(Beginning of The data)

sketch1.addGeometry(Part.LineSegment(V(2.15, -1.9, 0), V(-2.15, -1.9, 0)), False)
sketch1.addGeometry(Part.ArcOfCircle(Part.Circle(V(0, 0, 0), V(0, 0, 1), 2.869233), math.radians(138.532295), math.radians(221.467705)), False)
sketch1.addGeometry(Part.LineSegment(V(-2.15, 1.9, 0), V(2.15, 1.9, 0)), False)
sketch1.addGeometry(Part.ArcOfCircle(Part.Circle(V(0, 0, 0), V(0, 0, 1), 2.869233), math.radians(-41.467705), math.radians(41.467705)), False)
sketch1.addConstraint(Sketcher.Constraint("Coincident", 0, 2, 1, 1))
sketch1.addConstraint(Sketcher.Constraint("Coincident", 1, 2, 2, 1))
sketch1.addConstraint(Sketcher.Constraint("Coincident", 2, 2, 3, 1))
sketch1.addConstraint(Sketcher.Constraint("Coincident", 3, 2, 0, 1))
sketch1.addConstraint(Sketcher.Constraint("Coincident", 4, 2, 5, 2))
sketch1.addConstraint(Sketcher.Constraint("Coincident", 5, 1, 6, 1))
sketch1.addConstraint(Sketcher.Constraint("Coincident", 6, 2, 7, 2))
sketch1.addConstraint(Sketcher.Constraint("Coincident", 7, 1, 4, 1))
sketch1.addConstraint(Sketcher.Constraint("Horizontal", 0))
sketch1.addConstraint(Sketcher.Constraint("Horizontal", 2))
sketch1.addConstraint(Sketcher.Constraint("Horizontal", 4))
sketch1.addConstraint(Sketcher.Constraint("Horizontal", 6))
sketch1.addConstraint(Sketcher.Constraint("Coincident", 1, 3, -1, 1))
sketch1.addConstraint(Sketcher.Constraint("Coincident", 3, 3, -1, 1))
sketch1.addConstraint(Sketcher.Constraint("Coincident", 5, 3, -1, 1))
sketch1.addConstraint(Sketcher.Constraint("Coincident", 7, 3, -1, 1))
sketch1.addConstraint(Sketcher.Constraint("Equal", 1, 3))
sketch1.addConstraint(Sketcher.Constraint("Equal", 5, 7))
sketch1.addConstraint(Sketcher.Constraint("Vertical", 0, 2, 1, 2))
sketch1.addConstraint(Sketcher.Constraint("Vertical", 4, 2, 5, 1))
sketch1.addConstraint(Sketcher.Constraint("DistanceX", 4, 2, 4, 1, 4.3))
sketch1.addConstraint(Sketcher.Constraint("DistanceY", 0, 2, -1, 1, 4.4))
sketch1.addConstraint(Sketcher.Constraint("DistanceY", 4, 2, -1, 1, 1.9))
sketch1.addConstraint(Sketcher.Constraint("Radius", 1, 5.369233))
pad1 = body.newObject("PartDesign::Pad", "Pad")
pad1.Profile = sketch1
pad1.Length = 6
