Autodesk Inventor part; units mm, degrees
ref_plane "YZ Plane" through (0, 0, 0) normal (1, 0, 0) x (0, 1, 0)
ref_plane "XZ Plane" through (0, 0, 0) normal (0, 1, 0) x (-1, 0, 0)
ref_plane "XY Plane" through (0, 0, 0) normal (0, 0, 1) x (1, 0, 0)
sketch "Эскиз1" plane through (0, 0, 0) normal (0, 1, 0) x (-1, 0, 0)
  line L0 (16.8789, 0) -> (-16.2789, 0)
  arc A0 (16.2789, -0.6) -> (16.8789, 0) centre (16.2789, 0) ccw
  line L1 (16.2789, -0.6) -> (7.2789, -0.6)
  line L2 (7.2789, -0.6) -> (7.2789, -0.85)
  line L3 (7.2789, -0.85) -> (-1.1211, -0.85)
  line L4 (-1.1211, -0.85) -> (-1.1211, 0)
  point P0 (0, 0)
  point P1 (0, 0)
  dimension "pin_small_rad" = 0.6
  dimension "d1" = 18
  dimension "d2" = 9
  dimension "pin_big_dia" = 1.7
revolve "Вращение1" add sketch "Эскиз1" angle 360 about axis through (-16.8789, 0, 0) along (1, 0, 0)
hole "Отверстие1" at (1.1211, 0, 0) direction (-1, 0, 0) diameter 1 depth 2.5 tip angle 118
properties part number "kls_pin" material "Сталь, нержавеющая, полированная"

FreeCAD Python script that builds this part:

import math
import FreeCAD as App
import Part
import Sketcher

V = App.Vector

doc = App.newDocument("Part")
body = doc.addObject("PartDesign::Body", "Body")

# Sketch on XZ plane
sketch1 = body.newObject("Sketcher::SketchObject", "Sketch")
sketch1.AttachmentSupport = (doc.getObject("XZ_Plane"), [""])
sketch1.MapMode = "FlatFace"
sketch1.addGeometry(Part.ArcOfCircle(Part.Circle(V(-16.2789, 0, 0), V(0, 0, 1), 0.6), math.radians(180), math.radians(270)), False)
sketch1.addGeometry(Part.LineSegment(V(-16.8789, 0, 0), V(1.1211, 0, 0)), False)
sketch1.addGeometry(Part.LineSegment(V(1.1211, 0, 0), V(1.1211, -0.85, 0)), False)
sketch1.addGeometry(Part.LineSegment(V(1.1211, -0.85, 0), V(-7.2789, -0.85, 0)), False)
sketch1.addGeometry(Part.LineSegment(V(-7.2789, -0.85, 0), V(-7.2789, -0.6, 0)), False)
sketch1.addGeometry(Part.LineSegment(V(-7.2789, -0.6, 0), V(-16.2789, -0.6, 0)), False)
sketch1.addConstraint(Sketcher.Constraint("Coincident", 0, 1, 1, 1))
sketch1.addConstraint(Sketcher.Constraint("Coincident", 1, 2, 2, 1))
sketch1.addConstraint(Sketcher.Constraint("Coincident", 2, 2, 3, 1))
sketch1.addConstraint(Sketcher.Constraint("Coincident", 3, 2, 4, 1))
sketch1.addConstraint(Sketcher.Constraint("Coincident", 4, 2, 5, 1))
sketch1.addConstraint(Sketcher.Constraint("Tangent", 5, 2, 0, 2))
sketch1.addConstraint(Sketcher.Constraint("Horizontal", 1))
sketch1.addConstraint(Sketcher.Constraint("Vertical", 2))
sketch1.addConstraint(Sketcher.Constraint("Horizontal", 3))
sketch1.addConstraint(Sketcher.Constraint("Vertical", 4))
sketch1.addConstraint(Sketcher.Constraint("Horizontal", 5))
sketch1.addConstraint(Sketcher.Constraint("PointOnObject", 0, 3, -1))
sketch1.addConstraint(Sketcher.Constraint("PointOnObject", 0, 1, -1))
sketch1.addConstraint(Sketcher.Constraint("Radius", 0, 0.6))
sketch1.addConstraint(Sketcher.Constraint("DistanceX", 1, 1, 1, 2, 18.0))
sketch1.addConstraint(Sketcher.Constraint("DistanceX", 5, 2, 5, 1, 9.0))
sketch1.addConstraint(Sketcher.Constraint("DistanceY", 2, 2, 2, 1, 0.85))
sketch1.addConstraint(Sketcher.Constraint("DistanceX", 0, 3, -1, 1, 16.279))
revolution = body.newObject("PartDesign::Revolution", "Revolution")
revolution.Profile = sketch1
revolution.ReferenceAxis = (sketch1, ["H_Axis"])
revolution.Angle = 360

# Sketch on YZ plane
sketch2 = body.newObject("Sketcher::SketchObject", "Sketch001")
sketch2.AttachmentSupport = (doc.getObject("YZ_Plane"), [""])
sketch2.MapMode = "FlatFace"
sketch2.AttachmentOffset = App.Placement(V(0, 0, 1.1211), App.Rotation())
sketch2.addGeometry(Part.Circle(V(0, 0, 0), V(0, 0, 1), 0.5), False)
sketch2.addConstraint(Sketcher.Constraint("Coincident", 0, 3, -1, 1))
sketch2.addConstraint(Sketcher.Constraint("Diameter", 0, 1.0))
doc.recompute()
hole = body.newObject("PartDesign::Hole", "Hole")
hole.Profile = sketch2
hole.ThreadType = "None"
hole.Diameter = 1
hole.DepthType = "Dimension"
hole.Depth = 2.5
hole.DrillPoint = "Angled"
hole.DrillPointAngle = 118

doc.recompute()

(End of The data)

What needs to be done: Using the records above, restate word for word the lines from the one with "line L2 (7.2789, -0.6) -> (7.2789, -0.85)" through the one with "FreeCAD Python script", both included.

Written response:
  line L2 (7.2789, -0.6) -> (7.2789, -0.85)
  line L3 (7.2789, -0.85) -> (-1.1211, -0.85)
  line L4 (-1.1211, -0.85) -> (-1.1211, 0)
  point P0 (0, 0)
  point P1 (0, 0)
  dimension "pin_small_rad" = 0.6
  dimension "d1" = 18
  dimension "d2" = 9
  dimension "pin_big_dia" = 1.7
revolve "Вращение1" add sketch "Эскиз1" angle 360 about axis through (-16.8789, 0, 0) along (1, 0, 0)
hole "Отверстие1" at (1.1211, 0, 0) direction (-1, 0, 0) diameter 1 depth 2.5 tip angle 118
properties part number "kls_pin" material "Сталь, нержавеющая, полированная"

FreeCAD Python script that builds this part:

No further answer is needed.